第8話 不穏な影 -???視点-
お世辞にも明るいとは言えない部屋の中。
明らかに怪しげな鍋をかき混ぜている背中に、フードを目深に被った人物が声をかけた。
「何度も言っているだろう?下手なことをすればすべて失うぞ、と」
その声はしわがれてはいるが、聞き取れないほどではなく。
むしろハッキリと、背を向ける人物に届いた。
「知らないね。アタシはアタシの好きなことを好きなように、やりたい事をやりたいようにやるだけだ」
「それが世界に背く行為だと分かっていてもか?」
「はっはっは!!世界だって!?笑わせるねぇ!!」
心底おかしそうなその声の主は、それでもかき混ぜる手を止めたりはしない。
「世界が何をしてくれた!?アタシたちを幸せにしてくれたのか!?」
「何も知らないからそんなことが言えるんだ」
「あぁ、あぁ、知らないさ。

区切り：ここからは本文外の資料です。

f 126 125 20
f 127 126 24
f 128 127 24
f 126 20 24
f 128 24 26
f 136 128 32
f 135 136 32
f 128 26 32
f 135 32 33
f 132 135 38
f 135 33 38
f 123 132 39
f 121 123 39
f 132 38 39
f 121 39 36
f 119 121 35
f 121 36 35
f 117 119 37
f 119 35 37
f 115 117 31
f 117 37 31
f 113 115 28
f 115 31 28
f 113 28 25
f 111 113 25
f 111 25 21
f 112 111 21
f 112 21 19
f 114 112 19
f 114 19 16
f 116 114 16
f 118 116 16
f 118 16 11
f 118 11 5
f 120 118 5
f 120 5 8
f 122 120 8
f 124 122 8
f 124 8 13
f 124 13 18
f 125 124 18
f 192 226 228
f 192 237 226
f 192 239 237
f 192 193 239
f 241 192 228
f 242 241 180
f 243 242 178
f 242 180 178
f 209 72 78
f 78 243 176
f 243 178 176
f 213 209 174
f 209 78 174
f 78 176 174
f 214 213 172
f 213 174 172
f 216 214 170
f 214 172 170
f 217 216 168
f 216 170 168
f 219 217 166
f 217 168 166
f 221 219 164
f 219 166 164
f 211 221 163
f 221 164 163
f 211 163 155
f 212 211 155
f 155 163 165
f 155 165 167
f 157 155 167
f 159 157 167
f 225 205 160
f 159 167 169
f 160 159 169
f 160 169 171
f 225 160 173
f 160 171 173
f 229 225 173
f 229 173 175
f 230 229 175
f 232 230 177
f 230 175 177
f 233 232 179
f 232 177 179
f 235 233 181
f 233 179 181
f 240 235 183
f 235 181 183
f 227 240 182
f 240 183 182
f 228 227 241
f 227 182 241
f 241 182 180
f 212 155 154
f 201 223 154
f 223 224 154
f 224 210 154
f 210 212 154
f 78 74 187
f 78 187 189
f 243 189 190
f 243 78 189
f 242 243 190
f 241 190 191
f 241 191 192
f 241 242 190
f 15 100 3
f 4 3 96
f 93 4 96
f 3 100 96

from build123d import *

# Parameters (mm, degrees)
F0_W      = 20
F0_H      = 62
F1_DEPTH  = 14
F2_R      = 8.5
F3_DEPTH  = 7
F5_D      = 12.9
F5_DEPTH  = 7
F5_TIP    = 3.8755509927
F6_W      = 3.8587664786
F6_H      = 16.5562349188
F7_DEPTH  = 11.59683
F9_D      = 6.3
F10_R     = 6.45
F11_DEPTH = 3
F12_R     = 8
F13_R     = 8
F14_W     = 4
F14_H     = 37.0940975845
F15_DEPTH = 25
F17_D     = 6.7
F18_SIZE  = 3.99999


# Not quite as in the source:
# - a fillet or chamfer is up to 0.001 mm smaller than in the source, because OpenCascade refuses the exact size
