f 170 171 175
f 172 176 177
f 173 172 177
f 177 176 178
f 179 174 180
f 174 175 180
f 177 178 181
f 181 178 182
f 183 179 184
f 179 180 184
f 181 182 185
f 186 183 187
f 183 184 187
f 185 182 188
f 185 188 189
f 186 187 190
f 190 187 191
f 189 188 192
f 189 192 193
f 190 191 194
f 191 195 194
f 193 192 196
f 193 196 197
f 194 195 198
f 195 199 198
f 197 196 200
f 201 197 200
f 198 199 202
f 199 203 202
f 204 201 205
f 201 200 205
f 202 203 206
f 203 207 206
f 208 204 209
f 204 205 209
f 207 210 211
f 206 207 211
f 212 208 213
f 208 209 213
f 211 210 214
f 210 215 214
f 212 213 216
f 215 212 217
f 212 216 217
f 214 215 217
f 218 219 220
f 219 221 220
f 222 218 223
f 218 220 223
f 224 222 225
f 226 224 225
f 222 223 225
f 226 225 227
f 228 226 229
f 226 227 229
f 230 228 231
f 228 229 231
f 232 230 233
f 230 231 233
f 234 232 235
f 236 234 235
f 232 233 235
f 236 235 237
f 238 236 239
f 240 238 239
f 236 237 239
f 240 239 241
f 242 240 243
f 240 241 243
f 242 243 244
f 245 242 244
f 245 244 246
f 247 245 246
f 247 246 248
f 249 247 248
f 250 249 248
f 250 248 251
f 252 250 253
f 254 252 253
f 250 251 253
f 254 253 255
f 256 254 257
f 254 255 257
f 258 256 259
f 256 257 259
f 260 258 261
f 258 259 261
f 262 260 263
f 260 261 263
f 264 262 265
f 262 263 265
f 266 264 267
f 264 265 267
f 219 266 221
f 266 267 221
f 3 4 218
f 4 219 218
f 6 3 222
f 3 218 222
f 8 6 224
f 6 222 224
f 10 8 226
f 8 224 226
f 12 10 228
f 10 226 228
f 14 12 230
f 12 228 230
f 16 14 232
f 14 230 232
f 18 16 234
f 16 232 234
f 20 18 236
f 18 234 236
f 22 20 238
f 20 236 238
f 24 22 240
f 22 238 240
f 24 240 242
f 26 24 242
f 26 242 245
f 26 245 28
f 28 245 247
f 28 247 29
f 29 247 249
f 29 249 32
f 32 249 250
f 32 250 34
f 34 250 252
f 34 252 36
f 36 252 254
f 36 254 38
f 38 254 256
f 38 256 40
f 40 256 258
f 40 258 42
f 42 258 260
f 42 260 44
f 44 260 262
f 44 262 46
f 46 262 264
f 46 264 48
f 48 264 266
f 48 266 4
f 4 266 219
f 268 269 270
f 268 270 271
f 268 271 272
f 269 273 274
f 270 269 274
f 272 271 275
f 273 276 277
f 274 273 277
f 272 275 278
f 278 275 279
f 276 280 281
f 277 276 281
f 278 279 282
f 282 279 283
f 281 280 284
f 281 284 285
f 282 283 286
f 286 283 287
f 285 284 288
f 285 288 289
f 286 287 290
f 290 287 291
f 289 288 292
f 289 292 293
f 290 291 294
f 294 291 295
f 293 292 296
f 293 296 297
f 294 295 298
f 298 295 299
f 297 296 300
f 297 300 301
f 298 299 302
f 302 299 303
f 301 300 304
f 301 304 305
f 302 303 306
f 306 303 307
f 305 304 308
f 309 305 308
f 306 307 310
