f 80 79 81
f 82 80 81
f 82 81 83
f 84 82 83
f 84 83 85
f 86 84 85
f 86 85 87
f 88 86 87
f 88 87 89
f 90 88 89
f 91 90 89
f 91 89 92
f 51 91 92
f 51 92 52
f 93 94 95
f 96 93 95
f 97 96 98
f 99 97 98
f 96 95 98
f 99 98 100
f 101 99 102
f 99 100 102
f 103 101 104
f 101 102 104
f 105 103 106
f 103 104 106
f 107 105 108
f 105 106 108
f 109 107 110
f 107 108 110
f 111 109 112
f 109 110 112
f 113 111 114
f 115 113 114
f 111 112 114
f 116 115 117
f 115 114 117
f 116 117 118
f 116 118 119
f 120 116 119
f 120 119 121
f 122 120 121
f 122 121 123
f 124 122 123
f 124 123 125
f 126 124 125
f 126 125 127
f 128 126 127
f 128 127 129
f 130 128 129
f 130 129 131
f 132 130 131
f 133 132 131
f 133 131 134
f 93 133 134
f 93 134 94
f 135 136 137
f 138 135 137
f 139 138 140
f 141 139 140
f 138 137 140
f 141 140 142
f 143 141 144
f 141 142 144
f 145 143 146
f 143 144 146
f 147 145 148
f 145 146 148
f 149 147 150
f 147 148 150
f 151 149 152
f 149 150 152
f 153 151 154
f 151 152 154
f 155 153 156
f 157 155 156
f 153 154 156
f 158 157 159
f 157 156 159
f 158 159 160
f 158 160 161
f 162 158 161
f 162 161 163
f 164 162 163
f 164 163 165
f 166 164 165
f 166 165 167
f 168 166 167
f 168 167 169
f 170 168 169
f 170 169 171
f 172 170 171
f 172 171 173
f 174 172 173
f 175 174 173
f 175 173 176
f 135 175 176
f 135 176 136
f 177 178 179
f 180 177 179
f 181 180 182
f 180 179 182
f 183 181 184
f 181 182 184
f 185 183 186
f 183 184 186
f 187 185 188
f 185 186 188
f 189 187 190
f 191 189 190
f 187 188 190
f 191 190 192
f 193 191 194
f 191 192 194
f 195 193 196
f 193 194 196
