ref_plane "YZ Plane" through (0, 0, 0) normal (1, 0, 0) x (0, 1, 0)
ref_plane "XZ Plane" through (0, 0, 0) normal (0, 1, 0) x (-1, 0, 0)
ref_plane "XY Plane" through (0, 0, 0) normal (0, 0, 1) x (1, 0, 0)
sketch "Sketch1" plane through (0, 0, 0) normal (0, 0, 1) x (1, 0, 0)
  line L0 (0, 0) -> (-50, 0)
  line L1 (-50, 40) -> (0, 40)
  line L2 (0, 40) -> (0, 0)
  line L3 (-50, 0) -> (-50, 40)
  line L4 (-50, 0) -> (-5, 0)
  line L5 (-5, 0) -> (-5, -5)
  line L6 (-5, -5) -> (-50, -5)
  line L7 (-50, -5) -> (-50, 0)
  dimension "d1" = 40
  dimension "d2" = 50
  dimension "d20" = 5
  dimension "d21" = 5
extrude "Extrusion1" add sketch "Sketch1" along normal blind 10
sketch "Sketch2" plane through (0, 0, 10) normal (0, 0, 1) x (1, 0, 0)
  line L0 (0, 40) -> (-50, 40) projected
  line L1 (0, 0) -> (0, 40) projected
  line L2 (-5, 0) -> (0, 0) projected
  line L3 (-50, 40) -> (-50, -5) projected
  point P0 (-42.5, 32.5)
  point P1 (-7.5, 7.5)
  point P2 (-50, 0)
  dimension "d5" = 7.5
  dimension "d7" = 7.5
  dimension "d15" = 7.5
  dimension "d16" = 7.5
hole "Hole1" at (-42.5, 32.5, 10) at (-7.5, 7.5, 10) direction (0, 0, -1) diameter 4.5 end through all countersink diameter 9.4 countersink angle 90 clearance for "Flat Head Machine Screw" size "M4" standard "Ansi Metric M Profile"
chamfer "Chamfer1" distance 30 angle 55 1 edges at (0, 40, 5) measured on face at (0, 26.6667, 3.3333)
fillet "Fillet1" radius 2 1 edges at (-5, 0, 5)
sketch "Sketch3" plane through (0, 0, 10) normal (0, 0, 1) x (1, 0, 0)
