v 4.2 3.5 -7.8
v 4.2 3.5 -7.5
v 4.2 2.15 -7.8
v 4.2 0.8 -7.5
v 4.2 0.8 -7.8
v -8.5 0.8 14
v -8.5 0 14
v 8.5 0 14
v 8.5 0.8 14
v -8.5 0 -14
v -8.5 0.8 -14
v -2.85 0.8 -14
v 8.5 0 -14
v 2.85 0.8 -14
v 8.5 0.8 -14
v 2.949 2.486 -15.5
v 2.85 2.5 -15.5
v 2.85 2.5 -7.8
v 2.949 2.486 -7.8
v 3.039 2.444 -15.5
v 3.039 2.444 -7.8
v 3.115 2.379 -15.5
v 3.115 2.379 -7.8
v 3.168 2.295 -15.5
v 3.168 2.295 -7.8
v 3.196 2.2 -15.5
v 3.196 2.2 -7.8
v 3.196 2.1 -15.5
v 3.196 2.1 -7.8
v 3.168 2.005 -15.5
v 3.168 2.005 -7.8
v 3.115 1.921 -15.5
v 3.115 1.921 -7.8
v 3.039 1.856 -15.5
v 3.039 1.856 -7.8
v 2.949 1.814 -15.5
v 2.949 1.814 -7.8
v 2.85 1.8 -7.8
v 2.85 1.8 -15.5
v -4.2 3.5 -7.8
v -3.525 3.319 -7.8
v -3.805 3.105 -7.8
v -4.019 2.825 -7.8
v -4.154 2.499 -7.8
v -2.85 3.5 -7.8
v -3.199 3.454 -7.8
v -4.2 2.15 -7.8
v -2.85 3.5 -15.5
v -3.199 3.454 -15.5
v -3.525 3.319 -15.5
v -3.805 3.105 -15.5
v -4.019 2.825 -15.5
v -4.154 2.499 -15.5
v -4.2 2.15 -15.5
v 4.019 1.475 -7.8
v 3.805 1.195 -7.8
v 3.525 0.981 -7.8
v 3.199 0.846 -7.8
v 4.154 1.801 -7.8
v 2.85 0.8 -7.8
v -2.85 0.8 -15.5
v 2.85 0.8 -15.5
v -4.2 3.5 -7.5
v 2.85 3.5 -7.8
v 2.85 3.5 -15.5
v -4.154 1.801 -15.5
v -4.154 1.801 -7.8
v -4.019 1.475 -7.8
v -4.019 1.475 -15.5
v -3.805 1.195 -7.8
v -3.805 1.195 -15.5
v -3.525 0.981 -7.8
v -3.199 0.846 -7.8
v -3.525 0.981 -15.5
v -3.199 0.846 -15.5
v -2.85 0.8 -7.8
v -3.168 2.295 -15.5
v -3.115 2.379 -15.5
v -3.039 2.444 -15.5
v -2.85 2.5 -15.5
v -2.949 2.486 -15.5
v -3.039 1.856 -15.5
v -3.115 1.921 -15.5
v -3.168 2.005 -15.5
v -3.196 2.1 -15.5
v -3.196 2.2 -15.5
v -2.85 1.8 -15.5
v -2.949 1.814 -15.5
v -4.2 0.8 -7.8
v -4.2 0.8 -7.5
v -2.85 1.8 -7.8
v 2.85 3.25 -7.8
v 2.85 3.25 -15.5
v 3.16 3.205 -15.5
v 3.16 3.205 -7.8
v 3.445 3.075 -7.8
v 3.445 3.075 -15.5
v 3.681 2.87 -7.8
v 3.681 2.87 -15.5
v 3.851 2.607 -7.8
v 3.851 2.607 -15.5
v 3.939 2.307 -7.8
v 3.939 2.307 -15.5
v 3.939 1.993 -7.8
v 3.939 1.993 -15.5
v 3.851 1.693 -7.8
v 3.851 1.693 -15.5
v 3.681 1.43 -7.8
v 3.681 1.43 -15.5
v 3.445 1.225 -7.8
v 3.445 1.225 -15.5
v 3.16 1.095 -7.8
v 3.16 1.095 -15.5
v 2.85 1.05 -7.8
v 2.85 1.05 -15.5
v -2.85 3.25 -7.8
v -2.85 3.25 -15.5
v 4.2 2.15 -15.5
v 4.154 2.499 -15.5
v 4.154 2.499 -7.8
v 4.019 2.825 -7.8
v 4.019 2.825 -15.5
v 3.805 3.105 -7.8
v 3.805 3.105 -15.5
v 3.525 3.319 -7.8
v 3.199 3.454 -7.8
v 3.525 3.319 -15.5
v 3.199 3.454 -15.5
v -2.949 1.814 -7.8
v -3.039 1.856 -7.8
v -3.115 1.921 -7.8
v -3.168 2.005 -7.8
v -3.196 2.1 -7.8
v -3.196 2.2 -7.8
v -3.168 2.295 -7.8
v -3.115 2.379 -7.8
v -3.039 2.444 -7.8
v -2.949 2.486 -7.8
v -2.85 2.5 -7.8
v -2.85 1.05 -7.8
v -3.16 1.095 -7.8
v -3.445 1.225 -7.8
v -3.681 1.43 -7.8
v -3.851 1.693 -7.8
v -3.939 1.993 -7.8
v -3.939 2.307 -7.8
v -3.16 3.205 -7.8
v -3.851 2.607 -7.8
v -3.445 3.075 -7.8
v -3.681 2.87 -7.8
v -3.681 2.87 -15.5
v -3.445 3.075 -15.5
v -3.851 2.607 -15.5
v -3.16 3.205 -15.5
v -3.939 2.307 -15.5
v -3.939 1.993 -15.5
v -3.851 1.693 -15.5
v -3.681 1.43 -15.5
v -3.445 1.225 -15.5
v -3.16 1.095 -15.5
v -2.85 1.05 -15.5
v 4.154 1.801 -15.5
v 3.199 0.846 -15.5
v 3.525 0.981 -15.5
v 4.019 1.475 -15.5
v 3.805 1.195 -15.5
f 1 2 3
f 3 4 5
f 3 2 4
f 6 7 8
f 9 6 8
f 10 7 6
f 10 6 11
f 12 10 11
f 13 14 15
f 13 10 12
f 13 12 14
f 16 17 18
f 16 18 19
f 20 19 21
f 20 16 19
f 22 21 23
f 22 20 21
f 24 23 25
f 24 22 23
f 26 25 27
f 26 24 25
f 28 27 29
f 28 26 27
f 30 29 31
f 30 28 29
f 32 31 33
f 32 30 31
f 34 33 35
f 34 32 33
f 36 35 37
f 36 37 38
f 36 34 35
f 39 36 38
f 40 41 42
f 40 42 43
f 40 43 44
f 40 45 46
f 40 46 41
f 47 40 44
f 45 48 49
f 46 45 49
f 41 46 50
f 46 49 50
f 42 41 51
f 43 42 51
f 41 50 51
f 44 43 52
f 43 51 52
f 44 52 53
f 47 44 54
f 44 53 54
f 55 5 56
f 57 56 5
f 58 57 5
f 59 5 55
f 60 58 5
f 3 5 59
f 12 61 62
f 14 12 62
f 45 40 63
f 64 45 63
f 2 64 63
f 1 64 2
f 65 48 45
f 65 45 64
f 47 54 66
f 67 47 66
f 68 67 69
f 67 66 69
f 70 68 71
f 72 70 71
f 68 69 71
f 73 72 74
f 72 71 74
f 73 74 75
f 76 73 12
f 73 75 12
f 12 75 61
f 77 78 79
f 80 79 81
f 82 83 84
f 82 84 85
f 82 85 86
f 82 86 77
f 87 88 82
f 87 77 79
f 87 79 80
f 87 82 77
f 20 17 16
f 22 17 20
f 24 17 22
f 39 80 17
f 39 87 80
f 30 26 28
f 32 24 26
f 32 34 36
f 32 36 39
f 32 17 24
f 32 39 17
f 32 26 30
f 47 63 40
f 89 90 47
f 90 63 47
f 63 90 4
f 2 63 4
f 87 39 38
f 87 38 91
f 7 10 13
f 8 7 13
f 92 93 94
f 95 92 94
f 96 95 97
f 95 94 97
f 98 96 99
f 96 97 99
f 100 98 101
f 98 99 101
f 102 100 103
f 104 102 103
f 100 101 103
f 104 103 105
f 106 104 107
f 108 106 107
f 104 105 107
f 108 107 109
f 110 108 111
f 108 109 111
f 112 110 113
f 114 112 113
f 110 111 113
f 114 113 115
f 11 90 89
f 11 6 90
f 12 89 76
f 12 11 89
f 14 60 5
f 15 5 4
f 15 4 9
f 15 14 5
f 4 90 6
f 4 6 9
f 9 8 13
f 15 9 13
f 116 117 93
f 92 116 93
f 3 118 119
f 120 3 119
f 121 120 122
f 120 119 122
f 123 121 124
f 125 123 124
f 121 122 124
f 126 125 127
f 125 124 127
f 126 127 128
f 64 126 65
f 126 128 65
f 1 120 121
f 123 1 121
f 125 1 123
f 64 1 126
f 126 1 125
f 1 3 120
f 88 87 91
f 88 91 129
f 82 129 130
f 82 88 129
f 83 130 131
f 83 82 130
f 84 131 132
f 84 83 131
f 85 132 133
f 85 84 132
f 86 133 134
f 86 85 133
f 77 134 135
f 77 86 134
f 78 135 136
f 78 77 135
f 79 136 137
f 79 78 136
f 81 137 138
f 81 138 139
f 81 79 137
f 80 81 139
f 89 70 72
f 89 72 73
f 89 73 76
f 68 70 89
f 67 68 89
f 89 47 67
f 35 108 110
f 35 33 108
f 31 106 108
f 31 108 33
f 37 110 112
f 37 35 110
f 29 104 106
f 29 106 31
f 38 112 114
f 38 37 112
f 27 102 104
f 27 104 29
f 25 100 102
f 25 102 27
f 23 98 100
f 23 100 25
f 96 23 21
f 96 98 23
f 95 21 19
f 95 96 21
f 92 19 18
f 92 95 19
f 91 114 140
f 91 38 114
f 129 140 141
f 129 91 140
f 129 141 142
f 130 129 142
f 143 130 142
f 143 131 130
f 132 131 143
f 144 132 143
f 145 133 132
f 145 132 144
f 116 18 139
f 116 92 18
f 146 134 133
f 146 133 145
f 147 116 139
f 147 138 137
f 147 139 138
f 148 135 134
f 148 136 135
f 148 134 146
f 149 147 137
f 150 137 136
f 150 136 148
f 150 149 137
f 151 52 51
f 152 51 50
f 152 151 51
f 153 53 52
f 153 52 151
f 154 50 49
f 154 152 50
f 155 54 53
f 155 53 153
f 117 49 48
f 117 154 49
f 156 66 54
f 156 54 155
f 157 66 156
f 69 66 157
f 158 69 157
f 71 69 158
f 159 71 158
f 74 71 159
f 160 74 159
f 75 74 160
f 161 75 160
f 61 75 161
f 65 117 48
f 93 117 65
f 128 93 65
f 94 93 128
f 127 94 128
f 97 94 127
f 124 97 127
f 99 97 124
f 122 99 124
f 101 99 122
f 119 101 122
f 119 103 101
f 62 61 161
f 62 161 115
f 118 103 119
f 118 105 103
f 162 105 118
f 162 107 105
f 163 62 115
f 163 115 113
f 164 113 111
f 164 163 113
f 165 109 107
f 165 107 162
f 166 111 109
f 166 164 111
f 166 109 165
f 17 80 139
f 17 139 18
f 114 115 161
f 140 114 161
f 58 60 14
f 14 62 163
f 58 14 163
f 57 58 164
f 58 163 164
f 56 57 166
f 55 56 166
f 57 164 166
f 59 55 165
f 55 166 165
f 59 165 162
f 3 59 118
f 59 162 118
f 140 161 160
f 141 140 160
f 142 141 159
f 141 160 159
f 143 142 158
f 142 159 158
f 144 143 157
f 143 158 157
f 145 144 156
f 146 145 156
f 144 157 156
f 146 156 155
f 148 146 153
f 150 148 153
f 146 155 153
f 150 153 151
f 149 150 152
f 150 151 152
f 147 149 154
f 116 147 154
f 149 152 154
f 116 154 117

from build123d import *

# Parameters (mm, degrees)
SKETCH1_W           = 17
SKETCH1_H           = 28
BOSS_EXTRUDE1_DEPTH = 0.8
SKETCH3_W           = 8.4
SKETCH3_H           = 8
BOSS_EXTRUDE2_DEPTH = 2.7
CUT_EXTRUDE1_DEPTH  = 7.7


with BuildPart() as part:
    # Sketch1 → Boss-Extrude1 (new body)
    with BuildSketch(Plane(origin=(0, 0, 0), x_dir=(1, 0, 0), z_dir=(0, 1, 0))):
        Rectangle(SKETCH1_W, SKETCH1_H)
    extrude(amount=BOSS_EXTRUDE1_DEPTH)

    # Sketch3 → Boss-Extrude2 (add)
    with BuildSketch(Plane(origin=(0, 0.8, 0), x_dir=(1, 0, 0), z_dir=(0, 1, 0))):
        with Locations((0, 11.5)):
            Rectangle(SKETCH3_W, SKETCH3_H)
    extrude(amount=BOSS_EXTRUDE2_DEPTH)

    # Sketch4 → Cut-Extrude1 (cut)
    with BuildSketch(Plane(origin=(0, 0, -15.5), x_dir=(-1, 0, 0), z_dir=(0, 0, -1))):
        with BuildLine():
            ThreePointArc((-4.2, 2.15), (-3.804594155, 3.104594155), (-2.85, 3.5))
            Line((-2.85, 3.5), (-4.2, 3.5))
            Line((-4.2, 3.5), (-4.2, 2.15))
        make_face()
        with BuildLine():
            ThreePointArc((-2.85, 0.8), (-3.804594155, 1.195405845), (-4.2, 2.15))
            Line((-4.2, 2.15), (-4.2, 0.8))
            Line((-4.2, 0.8), (-2.85, 0.8))
        make_face()
        with BuildLine():
            Line((4.2, 0.8), (4.2, 2.15))
            ThreePointArc((4.2, 2.15), (3.804594155, 1.195405845), (2.85, 0.8))
            Line((2.85, 0.8), (4.2, 0.8))
        make_face()
        with BuildLine():
            Line((4.2, 3.5), (2.85, 3.5))
            ThreePointArc((2.85, 3.5), (3.804594155, 3.104594155), (4.2, 2.15))
            Line((4.2, 2.15), (4.2, 3.5))
        make_face()
        with BuildLine():
            Line((-2.85, 1.05), (2.85, 1.05))
            ThreePointArc((2.85, 1.05), (3.95, 2.15), (2.85, 3.25))
            Line((2.85, 3.25), (-2.85, 3.25))
            ThreePointArc((-2.85, 3.25), (-3.95, 2.15), (-2.85, 1.05))
        make_face()
        with BuildLine():
            ThreePointArc((2.85, 1.8), (3.2, 2.15), (2.85, 2.5))
            Line((2.85, 2.5), (-2.85, 2.5))
            ThreePointArc((-2.85, 2.5), (-3.2, 2.15), (-2.85, 1.8))
            Line((-2.85, 1.8), (2.85, 1.8))
        make_face(mode=Mode.SUBTRACT)
    extrude(amount=-CUT_EXTRUDE1_DEPTH, mode=Mode.SUBTRACT)


solid = part.part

あんたみたいに、何もせずとも力を手に入れたような奴と一緒になんかされたくないね」
吐き出すようにそういう声は、おそらく老婆なのであろうフードの人物よりは幾分か若そうな雰囲気ではあったが。
それでも年齢は重ねていると分かる。
「はぁ……。いいのか?薬を作るのが唯一の趣味であり特技だろう?」
「それこそおかしなことを聞くな。努力したからこそ、失うことはないんだ」
力強く答える声は、その事実を疑っていない。
「そうか……」
もはや諦めたように頷いたフードの人物は、それっきり黙ってしまった。
だが。
彼女は知っていた。
目の前にいる薬の魔女と呼ばれる女が、今後どんな運命を迎えるのかも。
今作っている薬が、どんな効能で誰に使われるのかも。
全て知っているからこそ、忠告に来たのだ。
本当に彼女が全てを失う前に、と。
だがもう、届かないのであればどうしようもない。
何度言っても、誰が言っても、結果は変わらない。
彼女は最高傑作だと喜んで薬を完成させるし、それを売ってはいけない相手に売ってしまう。
そうして、薬を作る力そのものを失う事も知らずに。
努力したから?だから得られた力?
知識は努力で何とかなるかもしれない。
だが、力だけは。能力だけは、知識だけでは補えない何かが確かに存在しているのだ。
ここは、そういう世界なのだ。
世界に、世界そのものに逆らってはいけない。
世界の思うまま、望むままに。
そうで、なければ。
「誰も幸せになどなれないし、浮かばれない」
世界が望むものを知っている人物は、もうこの世にほとんどいない。
生きているのは自分だけかもしれない。
そう思うからこそ、忠告しに来たというのに。
結局は、何も知らぬまま朽ち果てるだけなのだと。
今しがたまでいたはずの場所を振り返ることすらせず。
もう一度フードを目深に被り直してから、彼女は薬の魔女の家を後にした。